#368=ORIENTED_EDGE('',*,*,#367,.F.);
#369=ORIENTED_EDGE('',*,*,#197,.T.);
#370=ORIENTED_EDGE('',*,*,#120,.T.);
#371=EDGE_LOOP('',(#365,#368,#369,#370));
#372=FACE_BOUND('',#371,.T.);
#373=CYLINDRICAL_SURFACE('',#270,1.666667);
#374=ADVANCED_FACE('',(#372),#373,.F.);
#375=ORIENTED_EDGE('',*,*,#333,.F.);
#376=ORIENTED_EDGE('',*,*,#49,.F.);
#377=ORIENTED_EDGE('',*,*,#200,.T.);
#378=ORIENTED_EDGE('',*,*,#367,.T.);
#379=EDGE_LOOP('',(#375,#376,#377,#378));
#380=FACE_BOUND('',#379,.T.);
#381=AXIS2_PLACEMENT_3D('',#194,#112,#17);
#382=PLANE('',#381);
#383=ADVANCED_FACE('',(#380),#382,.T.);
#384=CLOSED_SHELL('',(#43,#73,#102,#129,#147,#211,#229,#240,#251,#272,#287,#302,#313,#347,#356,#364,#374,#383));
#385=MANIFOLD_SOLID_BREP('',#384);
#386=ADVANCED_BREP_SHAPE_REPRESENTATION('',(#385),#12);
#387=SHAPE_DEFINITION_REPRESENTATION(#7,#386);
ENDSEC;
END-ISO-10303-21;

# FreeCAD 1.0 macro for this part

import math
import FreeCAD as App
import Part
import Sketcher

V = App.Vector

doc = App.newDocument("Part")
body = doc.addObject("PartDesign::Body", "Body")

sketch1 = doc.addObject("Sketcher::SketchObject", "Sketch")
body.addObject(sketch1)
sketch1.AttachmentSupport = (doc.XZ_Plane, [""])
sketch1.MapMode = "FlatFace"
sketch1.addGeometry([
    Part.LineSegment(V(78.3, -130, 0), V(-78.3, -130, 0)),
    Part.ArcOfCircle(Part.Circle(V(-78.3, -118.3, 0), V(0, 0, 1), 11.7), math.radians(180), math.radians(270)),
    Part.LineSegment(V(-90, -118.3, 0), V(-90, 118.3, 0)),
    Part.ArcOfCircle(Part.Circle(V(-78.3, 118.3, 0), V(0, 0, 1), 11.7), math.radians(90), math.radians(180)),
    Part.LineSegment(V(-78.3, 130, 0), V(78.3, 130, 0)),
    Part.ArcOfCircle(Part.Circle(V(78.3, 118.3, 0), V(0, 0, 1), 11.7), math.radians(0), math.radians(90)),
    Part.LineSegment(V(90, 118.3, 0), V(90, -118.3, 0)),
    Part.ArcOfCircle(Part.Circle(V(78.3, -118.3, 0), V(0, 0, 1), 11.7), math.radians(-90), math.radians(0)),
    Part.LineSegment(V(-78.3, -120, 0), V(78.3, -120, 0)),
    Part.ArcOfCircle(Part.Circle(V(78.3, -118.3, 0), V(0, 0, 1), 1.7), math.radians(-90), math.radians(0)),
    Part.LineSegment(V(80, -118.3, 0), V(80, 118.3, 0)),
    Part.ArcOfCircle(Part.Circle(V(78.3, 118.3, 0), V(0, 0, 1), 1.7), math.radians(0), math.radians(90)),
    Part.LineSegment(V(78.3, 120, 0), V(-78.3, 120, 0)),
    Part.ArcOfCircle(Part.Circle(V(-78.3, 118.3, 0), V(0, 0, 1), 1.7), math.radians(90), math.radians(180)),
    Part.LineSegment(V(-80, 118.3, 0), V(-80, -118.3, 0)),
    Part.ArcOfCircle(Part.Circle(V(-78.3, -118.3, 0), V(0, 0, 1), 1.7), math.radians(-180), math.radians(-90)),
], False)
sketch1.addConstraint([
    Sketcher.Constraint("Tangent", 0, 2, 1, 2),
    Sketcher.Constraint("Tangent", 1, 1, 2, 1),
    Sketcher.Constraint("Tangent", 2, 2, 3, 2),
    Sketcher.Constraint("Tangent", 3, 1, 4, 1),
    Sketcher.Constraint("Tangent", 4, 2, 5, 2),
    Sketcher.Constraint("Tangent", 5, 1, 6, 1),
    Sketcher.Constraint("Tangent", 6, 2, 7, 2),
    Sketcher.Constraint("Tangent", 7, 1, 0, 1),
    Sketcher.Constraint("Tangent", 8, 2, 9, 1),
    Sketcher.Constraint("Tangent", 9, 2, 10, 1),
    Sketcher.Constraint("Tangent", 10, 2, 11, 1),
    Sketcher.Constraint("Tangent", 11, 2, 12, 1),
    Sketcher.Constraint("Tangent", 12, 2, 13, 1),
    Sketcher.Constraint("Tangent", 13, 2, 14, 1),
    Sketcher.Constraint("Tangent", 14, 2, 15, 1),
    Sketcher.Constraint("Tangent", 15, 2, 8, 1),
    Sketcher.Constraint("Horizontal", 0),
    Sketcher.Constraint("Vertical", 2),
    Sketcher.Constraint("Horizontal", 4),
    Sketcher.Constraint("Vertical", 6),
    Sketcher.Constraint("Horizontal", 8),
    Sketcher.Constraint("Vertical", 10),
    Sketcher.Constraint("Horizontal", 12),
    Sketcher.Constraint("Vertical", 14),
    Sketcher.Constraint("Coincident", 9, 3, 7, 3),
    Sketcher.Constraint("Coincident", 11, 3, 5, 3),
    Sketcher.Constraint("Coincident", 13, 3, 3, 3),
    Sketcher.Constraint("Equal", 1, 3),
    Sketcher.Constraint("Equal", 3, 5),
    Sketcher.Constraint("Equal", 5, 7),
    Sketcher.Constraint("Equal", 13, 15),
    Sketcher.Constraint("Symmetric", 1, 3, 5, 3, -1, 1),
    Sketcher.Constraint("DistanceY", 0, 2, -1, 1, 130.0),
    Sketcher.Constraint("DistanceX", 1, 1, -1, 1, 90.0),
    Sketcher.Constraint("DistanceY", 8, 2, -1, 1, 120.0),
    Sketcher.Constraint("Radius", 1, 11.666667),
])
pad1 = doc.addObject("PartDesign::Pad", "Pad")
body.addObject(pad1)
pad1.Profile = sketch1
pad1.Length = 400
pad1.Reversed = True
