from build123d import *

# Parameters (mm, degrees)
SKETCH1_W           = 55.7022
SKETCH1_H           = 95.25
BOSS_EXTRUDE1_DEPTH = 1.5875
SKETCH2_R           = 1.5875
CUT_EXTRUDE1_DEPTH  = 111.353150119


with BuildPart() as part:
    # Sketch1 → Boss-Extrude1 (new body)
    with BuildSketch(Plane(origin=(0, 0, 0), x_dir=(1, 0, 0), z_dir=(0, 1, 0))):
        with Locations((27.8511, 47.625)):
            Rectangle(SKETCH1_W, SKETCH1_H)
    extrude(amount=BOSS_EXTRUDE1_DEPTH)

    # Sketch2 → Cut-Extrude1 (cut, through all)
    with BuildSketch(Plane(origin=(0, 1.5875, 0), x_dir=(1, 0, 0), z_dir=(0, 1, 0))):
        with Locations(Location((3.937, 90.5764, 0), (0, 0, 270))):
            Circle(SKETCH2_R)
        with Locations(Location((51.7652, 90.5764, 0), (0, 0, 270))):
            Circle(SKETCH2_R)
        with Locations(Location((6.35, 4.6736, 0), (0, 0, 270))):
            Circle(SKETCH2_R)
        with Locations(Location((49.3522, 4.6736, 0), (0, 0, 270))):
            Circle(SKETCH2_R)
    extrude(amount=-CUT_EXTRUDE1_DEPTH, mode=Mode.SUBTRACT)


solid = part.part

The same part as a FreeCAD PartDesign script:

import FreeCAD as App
import Part
import Sketcher
from FreeCAD import Vector
Q = App.Units.Quantity


def add_polygon(sketch, points):
    """Adds a closed chain of lines whose ends are joined by coincident constraints."""
    first, n = sketch.GeometryCount, len(points)
    for a, b in zip(points, points[1:] + points[:1]):
        sketch.addGeometry(Part.LineSegment(App.Vector(*a, 0), App.Vector(*b, 0)), False)
    for i in range(n):
        sketch.addConstraint(Sketcher.Constraint("Coincident", first + i, 2, first + (i + 1) % n, 1))

doc = App.newDocument("Part")
params = doc.addObject("Spreadsheet::Sheet", "Params")
for row, (alias, value) in enumerate([
    ("sketch1_height", "3.75 in"),
    ("sketch1_width", "2.193 in"),
    ("pad1_length", "0.0625 in"),
    ("sketch2_diameter", "0.125 in"),
], start=1):
    params.set(f"A{row}", alias)
    params.set(f"B{row}", "=" + value)
    params.setAlias(f"B{row}", alias)

body = doc.addObject("PartDesign::Body", "Body")

# Sketch on XZ plane
sketch1 = doc.addObject("Sketcher::SketchObject", "Sketch")
body.addObject(sketch1)
sketch1.AttachmentSupport = (doc.XZ_Plane, [""])
sketch1.MapMode = "FlatFace"
add_polygon(sketch1, [(0, -95.25), (0, 0), (55.7022, 0), (55.7022, -95.25)])  # lines 0-3
sketch1.addConstraint(Sketcher.Constraint("Vertical", 0))
sketch1.addConstraint(Sketcher.Constraint("Horizontal", 1))
sketch1.addConstraint(Sketcher.Constraint("Vertical", 2))
sketch1.addConstraint(Sketcher.Constraint("Horizontal", 3))
sketch1.addConstraint(Sketcher.Constraint("Coincident", 0, 2, -1, 1))
sketch1.addConstraint(Sketcher.Constraint("DistanceY", 0, 1, 0, 2, Q("3.75 in")))
sketch1.addConstraint(Sketcher.Constraint("DistanceX", 1, 1, 1, 2, Q("2.193 in")))
sketch1.setExpression("Constraints[9]", "Params.sketch1_height")
sketch1.setExpression("Constraints[10]", "Params.sketch1_width")
pad1 = doc.addObject("PartDesign::Pad", "Pad")
body.addObject(pad1)
pad1.Profile = sketch1
pad1.setExpression("Length", "Params.pad1_length")
pad1.Reversed = True

# Sketch on XZ plane
sketch2 = doc.addObject("Sketcher::SketchObject", "Sketch001")
body.addObject(sketch2)
sketch2.AttachmentSupport = (doc.XZ_Plane, [""])
sketch2.MapMode = "FlatFace"
sketch2.AttachmentOffset = App.Placement(Vector(0, 0, -0.0625 * 25.4), App.Rotation())
sketch2.addGeometry(Part.Circle(Vector(3.937, -90.5764, 0), Vector(0, 0, 1), 1.5875), False)
sketch2.addGeometry(Part.Circle(Vector(51.7652, -90.5764, 0), Vector(0, 0, 1), 1.5875), False)
sketch2.addGeometry(Part.Circle(Vector(6.35, -4.6736, 0), Vector(0, 0, 1), 1.5875), False)
sketch2.addGeometry(Part.Circle(Vector(49.3522, -4.6736, 0), Vector(0, 0, 1), 1.5875), False)
sketch2.addConstraint(Sketcher.Constraint("Equal", 0, 1))
sketch2.addConstraint(Sketcher.Constraint("Equal", 1, 2))
sketch2.addConstraint(Sketcher.Constraint("Equal", 2, 3))
sketch2.addConstraint(Sketcher.Constraint("Horizontal", 0, 3, 1, 3))
sketch2.addConstraint(Sketcher.Constraint("Horizontal", 2, 3, 3, 3))
sketch2.addConstraint(Sketcher.Constraint("Diameter", 0, Q("0.125 in")))
sketch2.addConstraint(Sketcher.Constraint("DistanceX", -1, 1, 2, 3, Q("0.25 in")))
sketch2.addConstraint(Sketcher.Constraint("DistanceX", -1, 1, 0, 3, Q("0.155 in")))
sketch2.addConstraint(Sketcher.Constraint("DistanceY", 0, 3, -1, 1, Q("3.566 in")))
sketch2.addConstraint(Sketcher.Constraint("DistanceX", -1, 1, 1, 3, Q("2.038 in")))
sketch2.addConstraint(Sketcher.Constraint("DistanceY", 2, 3, -1, 1, Q("0.184 in")))
sketch2.addConstraint(Sketcher.Constraint("DistanceX", -1, 1, 3, 3, Q("1.943 in")))
sketch2.setExpression("Constraints[5]", "Params.sketch2_diameter")
pocket1 = doc.addObject("PartDesign::Pocket", "Pocket")
body.addObject(pocket1)
pocket1.Profile = sketch2
pocket1.Type = "ThroughAll"
pocket1.Reversed = True

doc.recompute()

..........

◆ ASSIGNMENT: Take the lines from the first line of the listing up to and including the line with "#375=ORIENTED_EDGE('',*,*,#333,.F.);" and give them again exactly.

◆ REPLY:
#368=ORIENTED_EDGE('',*,*,#367,.F.);
#369=ORIENTED_EDGE('',*,*,#197,.T.);
#370=ORIENTED_EDGE('',*,*,#120,.T.);
#371=EDGE_LOOP('',(#365,#368,#369,#370));
#372=FACE_BOUND('',#371,.T.);
#373=CYLINDRICAL_SURFACE('',#270,1.666667);
#374=ADVANCED_FACE('',(#372),#373,.F.);
#375=ORIENTED_EDGE('',*,*,#333,.F.);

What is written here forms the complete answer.